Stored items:
──────────

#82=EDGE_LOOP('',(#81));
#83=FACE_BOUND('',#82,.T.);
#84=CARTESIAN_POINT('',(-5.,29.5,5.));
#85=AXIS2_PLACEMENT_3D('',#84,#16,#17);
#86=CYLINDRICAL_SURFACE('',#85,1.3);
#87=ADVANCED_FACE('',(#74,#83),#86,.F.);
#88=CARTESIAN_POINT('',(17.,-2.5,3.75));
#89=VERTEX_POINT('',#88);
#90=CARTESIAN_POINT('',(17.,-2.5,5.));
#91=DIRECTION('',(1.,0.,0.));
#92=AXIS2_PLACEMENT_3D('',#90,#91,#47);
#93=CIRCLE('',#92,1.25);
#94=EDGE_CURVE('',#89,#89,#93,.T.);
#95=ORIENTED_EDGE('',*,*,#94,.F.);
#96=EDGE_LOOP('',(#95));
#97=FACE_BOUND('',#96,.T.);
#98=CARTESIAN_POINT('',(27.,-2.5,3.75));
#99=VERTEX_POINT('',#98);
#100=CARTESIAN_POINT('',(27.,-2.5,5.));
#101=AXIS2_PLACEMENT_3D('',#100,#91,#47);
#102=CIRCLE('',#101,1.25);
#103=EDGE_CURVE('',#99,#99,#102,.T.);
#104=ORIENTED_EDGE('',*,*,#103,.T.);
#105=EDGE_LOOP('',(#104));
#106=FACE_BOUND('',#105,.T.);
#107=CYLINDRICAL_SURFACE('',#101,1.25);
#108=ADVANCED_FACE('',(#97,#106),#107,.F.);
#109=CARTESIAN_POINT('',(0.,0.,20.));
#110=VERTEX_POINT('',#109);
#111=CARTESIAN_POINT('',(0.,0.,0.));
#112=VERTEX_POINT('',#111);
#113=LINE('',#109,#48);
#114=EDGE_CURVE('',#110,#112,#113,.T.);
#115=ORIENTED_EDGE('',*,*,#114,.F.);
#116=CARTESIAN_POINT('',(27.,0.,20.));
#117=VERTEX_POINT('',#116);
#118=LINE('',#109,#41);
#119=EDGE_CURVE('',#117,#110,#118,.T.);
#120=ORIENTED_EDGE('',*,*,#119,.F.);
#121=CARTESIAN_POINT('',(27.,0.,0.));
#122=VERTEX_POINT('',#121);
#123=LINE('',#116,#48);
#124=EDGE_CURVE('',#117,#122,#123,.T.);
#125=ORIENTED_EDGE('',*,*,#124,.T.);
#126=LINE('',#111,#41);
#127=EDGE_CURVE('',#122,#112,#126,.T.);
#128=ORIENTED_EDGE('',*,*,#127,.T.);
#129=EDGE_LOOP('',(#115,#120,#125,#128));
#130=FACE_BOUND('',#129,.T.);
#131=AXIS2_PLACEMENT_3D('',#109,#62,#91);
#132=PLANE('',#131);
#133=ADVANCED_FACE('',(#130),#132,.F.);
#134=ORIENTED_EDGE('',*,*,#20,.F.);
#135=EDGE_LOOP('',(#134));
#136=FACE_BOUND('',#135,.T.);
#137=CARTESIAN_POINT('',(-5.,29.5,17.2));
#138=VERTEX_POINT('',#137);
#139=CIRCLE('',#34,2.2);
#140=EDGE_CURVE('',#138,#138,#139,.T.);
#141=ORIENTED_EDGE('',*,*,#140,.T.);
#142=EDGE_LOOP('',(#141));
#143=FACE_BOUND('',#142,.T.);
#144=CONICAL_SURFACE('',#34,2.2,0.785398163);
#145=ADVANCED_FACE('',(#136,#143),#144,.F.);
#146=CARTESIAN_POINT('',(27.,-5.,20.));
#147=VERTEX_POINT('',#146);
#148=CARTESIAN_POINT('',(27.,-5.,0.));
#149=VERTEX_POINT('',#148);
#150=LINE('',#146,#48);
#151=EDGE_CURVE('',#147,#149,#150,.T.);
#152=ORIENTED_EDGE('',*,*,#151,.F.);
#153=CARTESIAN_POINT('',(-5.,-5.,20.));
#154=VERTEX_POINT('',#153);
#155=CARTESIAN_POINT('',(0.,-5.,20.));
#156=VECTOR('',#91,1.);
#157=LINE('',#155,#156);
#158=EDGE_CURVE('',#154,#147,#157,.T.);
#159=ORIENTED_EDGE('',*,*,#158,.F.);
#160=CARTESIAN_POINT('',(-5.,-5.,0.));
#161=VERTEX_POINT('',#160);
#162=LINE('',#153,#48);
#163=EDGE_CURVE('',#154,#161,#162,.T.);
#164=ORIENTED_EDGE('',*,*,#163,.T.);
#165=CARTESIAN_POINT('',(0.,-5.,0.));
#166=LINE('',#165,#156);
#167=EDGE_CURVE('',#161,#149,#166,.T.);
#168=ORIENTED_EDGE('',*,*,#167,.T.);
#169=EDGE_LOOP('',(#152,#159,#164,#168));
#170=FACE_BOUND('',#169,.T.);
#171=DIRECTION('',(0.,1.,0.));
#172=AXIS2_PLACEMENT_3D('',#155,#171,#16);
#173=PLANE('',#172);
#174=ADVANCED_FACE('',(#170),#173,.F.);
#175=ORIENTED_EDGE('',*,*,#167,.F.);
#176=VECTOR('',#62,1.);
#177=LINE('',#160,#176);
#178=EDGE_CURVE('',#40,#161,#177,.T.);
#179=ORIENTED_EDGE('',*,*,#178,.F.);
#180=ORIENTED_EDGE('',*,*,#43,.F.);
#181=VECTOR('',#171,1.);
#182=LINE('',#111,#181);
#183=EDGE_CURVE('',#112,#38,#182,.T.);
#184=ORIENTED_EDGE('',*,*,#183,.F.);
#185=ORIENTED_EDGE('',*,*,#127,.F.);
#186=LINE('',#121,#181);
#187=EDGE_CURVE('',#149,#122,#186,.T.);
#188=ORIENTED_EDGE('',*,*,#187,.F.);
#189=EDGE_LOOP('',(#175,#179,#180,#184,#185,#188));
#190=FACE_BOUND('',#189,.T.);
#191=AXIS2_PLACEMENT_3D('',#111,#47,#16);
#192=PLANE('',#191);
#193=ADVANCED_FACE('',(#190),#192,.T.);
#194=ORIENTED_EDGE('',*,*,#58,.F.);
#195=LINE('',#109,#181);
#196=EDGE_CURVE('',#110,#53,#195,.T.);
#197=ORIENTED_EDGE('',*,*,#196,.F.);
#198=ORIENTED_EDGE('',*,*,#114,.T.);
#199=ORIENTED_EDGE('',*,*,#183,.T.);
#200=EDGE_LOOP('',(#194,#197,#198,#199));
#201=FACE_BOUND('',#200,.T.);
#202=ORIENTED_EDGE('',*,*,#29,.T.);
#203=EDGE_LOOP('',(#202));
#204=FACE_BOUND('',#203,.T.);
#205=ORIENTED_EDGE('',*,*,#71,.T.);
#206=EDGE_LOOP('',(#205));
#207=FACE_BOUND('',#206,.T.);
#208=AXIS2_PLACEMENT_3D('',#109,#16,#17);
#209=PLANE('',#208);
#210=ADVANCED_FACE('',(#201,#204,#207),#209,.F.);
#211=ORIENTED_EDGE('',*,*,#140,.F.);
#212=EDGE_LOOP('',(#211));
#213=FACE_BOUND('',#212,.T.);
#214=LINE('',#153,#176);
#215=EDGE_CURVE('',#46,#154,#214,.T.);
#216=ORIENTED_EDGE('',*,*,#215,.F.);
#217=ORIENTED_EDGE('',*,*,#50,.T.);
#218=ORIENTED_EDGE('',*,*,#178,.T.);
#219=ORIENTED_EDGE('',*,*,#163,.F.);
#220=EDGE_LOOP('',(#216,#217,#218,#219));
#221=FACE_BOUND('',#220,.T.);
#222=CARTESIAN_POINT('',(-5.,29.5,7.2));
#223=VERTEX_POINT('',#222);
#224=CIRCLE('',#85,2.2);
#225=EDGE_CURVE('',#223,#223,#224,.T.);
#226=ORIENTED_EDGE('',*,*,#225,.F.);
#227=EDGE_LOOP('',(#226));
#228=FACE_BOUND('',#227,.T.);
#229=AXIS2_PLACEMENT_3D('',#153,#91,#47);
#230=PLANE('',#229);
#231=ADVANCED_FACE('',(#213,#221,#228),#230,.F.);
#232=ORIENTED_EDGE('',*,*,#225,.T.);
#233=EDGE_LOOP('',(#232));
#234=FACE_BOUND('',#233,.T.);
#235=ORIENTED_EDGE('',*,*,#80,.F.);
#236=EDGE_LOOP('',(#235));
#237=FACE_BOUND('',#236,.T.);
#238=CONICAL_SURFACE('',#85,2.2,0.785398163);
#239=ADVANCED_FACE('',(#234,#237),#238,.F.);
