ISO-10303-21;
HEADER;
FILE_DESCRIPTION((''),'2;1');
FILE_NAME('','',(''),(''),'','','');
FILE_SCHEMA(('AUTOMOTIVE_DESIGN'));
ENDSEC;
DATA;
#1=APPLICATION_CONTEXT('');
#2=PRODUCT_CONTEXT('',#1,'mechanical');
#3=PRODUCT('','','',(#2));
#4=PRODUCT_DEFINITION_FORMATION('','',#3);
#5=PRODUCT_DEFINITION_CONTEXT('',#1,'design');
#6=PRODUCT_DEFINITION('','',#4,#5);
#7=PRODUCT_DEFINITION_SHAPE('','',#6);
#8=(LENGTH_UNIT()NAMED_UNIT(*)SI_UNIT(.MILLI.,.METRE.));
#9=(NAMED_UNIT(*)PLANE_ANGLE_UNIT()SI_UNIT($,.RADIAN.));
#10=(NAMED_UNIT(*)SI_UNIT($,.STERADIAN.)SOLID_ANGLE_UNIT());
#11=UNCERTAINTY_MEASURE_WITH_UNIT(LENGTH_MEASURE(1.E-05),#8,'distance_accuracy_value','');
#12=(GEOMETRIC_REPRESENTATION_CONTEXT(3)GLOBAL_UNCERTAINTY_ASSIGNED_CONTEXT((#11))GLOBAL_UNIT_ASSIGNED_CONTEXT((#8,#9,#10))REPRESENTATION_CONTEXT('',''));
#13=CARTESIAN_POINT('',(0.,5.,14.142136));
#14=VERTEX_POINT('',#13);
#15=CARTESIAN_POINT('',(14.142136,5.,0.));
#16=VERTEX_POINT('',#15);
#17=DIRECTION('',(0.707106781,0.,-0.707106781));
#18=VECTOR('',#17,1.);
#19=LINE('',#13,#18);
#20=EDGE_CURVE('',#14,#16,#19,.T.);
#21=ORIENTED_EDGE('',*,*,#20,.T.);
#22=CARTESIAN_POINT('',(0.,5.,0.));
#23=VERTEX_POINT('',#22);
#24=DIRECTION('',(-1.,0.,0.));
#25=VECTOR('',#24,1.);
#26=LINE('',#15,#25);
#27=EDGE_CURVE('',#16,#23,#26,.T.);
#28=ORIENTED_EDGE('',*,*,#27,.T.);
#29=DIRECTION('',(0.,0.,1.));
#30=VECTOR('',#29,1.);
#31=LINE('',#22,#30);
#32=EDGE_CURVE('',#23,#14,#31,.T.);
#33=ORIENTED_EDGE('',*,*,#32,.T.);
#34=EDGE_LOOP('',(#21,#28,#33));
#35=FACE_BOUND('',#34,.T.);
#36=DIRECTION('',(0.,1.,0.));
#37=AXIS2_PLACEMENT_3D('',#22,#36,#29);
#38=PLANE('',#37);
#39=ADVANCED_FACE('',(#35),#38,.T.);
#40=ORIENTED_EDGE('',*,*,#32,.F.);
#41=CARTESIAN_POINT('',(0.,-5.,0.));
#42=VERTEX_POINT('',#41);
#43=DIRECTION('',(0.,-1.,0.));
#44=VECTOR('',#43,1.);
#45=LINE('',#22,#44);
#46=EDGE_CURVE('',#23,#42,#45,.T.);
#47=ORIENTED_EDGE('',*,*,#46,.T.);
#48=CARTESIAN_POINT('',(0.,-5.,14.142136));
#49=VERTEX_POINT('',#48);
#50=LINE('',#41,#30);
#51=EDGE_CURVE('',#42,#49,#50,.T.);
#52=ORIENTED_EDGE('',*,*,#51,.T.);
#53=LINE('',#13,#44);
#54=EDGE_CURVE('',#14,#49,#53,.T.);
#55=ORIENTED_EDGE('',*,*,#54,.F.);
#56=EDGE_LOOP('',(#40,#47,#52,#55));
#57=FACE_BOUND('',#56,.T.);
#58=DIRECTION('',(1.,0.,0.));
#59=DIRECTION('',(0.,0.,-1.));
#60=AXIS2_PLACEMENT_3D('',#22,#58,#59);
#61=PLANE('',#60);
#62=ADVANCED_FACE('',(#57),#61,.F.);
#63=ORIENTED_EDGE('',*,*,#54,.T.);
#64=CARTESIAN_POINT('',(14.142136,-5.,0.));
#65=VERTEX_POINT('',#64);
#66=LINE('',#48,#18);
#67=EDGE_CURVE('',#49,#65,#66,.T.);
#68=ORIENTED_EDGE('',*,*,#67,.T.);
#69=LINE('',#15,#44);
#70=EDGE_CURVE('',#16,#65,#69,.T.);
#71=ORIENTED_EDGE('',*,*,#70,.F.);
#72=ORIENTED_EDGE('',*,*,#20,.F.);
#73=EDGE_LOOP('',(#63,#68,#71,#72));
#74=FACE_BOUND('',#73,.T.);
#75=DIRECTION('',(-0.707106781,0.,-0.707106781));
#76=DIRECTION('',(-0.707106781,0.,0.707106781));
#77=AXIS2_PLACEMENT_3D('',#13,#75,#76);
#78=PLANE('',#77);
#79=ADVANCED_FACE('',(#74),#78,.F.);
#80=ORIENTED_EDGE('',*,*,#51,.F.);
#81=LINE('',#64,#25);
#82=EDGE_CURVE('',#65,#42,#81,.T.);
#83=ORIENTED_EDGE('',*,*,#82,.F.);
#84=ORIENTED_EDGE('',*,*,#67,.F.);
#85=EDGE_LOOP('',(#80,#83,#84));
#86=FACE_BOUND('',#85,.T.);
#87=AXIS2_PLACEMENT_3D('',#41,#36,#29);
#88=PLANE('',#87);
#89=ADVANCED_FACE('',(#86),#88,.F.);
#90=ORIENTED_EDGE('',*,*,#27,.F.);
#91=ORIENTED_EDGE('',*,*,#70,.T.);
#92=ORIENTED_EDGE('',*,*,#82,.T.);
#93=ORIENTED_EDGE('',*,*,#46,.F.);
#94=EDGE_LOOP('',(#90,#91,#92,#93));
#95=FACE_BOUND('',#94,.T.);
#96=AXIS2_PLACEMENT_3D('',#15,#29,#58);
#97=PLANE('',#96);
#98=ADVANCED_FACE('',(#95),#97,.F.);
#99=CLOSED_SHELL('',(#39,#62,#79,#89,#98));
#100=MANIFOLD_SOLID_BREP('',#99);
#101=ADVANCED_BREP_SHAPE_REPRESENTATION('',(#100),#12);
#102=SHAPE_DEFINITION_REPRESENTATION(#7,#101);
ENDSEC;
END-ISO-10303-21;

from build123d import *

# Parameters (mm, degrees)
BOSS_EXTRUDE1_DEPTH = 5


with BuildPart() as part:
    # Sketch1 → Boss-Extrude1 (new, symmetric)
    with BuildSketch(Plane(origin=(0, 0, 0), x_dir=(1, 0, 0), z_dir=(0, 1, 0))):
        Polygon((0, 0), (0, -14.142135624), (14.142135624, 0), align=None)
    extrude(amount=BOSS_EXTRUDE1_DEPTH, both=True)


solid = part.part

──────────

### What you are asked to do
Retype exactly the lines above, from the one with "#222=CARTESIAN_POINT('',(-5.,29.5,7.2));" through the one with "#26=LINE('',#15,#25);", inclusive.

### Answer for the task
#222=CARTESIAN_POINT('',(-5.,29.5,7.2));
#223=VERTEX_POINT('',#222);
#224=CIRCLE('',#85,2.2);
#225=EDGE_CURVE('',#223,#223,#224,.T.);
#226=ORIENTED_EDGE('',*,*,#225,.F.);
#227=EDGE_LOOP('',(#226));
#228=FACE_BOUND('',#227,.T.);
#229=AXIS2_PLACEMENT_3D('',#153,#91,#47);
#230=PLANE('',#229);
#231=ADVANCED_FACE('',(#213,#221,#228),#230,.F.);
#232=ORIENTED_EDGE('',*,*,#225,.T.);
#233=EDGE_LOOP('',(#232));
#234=FACE_BOUND('',#233,.T.);
#235=ORIENTED_EDGE('',*,*,#80,.F.);
#236=EDGE_LOOP('',(#235));
#237=FACE_BOUND('',#236,.T.);
#238=CONICAL_SURFACE('',#85,2.2,0.785398163);
#239=ADVANCED_FACE('',(#234,#237),#238,.F.);
ISO-10303-21;
HEADER;
FILE_DESCRIPTION((''),'2;1');
FILE_NAME('','',(''),(''),'','','');
FILE_SCHEMA(('AUTOMOTIVE_DESIGN'));
ENDSEC;
DATA;
#1=APPLICATION_CONTEXT('');
#2=PRODUCT_CONTEXT('',#1,'mechanical');
#3=PRODUCT('','','',(#2));
#4=PRODUCT_DEFINITION_FORMATION('','',#3);
#5=PRODUCT_DEFINITION_CONTEXT('',#1,'design');
#6=PRODUCT_DEFINITION('','',#4,#5);
#7=PRODUCT_DEFINITION_SHAPE('','',#6);
#8=(LENGTH_UNIT()NAMED_UNIT(*)SI_UNIT(.MILLI.,.METRE.));
#9=(NAMED_UNIT(*)PLANE_ANGLE_UNIT()SI_UNIT($,.RADIAN.));
#10=(NAMED_UNIT(*)SI_UNIT($,.STERADIAN.)SOLID_ANGLE_UNIT());
#11=UNCERTAINTY_MEASURE_WITH_UNIT(LENGTH_MEASURE(1.E-05),#8,'distance_accuracy_value','');
#12=(GEOMETRIC_REPRESENTATION_CONTEXT(3)GLOBAL_UNCERTAINTY_ASSIGNED_CONTEXT((#11))GLOBAL_UNIT_ASSIGNED_CONTEXT((#8,#9,#10))REPRESENTATION_CONTEXT('',''));
#13=CARTESIAN_POINT('',(0.,5.,14.142136));
#14=VERTEX_POINT('',#13);
#15=CARTESIAN_POINT('',(14.142136,5.,0.));
#16=VERTEX_POINT('',#15);
#17=DIRECTION('',(0.707106781,0.,-0.707106781));
#18=VECTOR('',#17,1.);
#19=LINE('',#13,#18);
#20=EDGE_CURVE('',#14,#16,#19,.T.);
#21=ORIENTED_EDGE('',*,*,#20,.T.);
#22=CARTESIAN_POINT('',(0.,5.,0.));
#23=VERTEX_POINT('',#22);
#24=DIRECTION('',(-1.,0.,0.));
#25=VECTOR('',#24,1.);
#26=LINE('',#15,#25);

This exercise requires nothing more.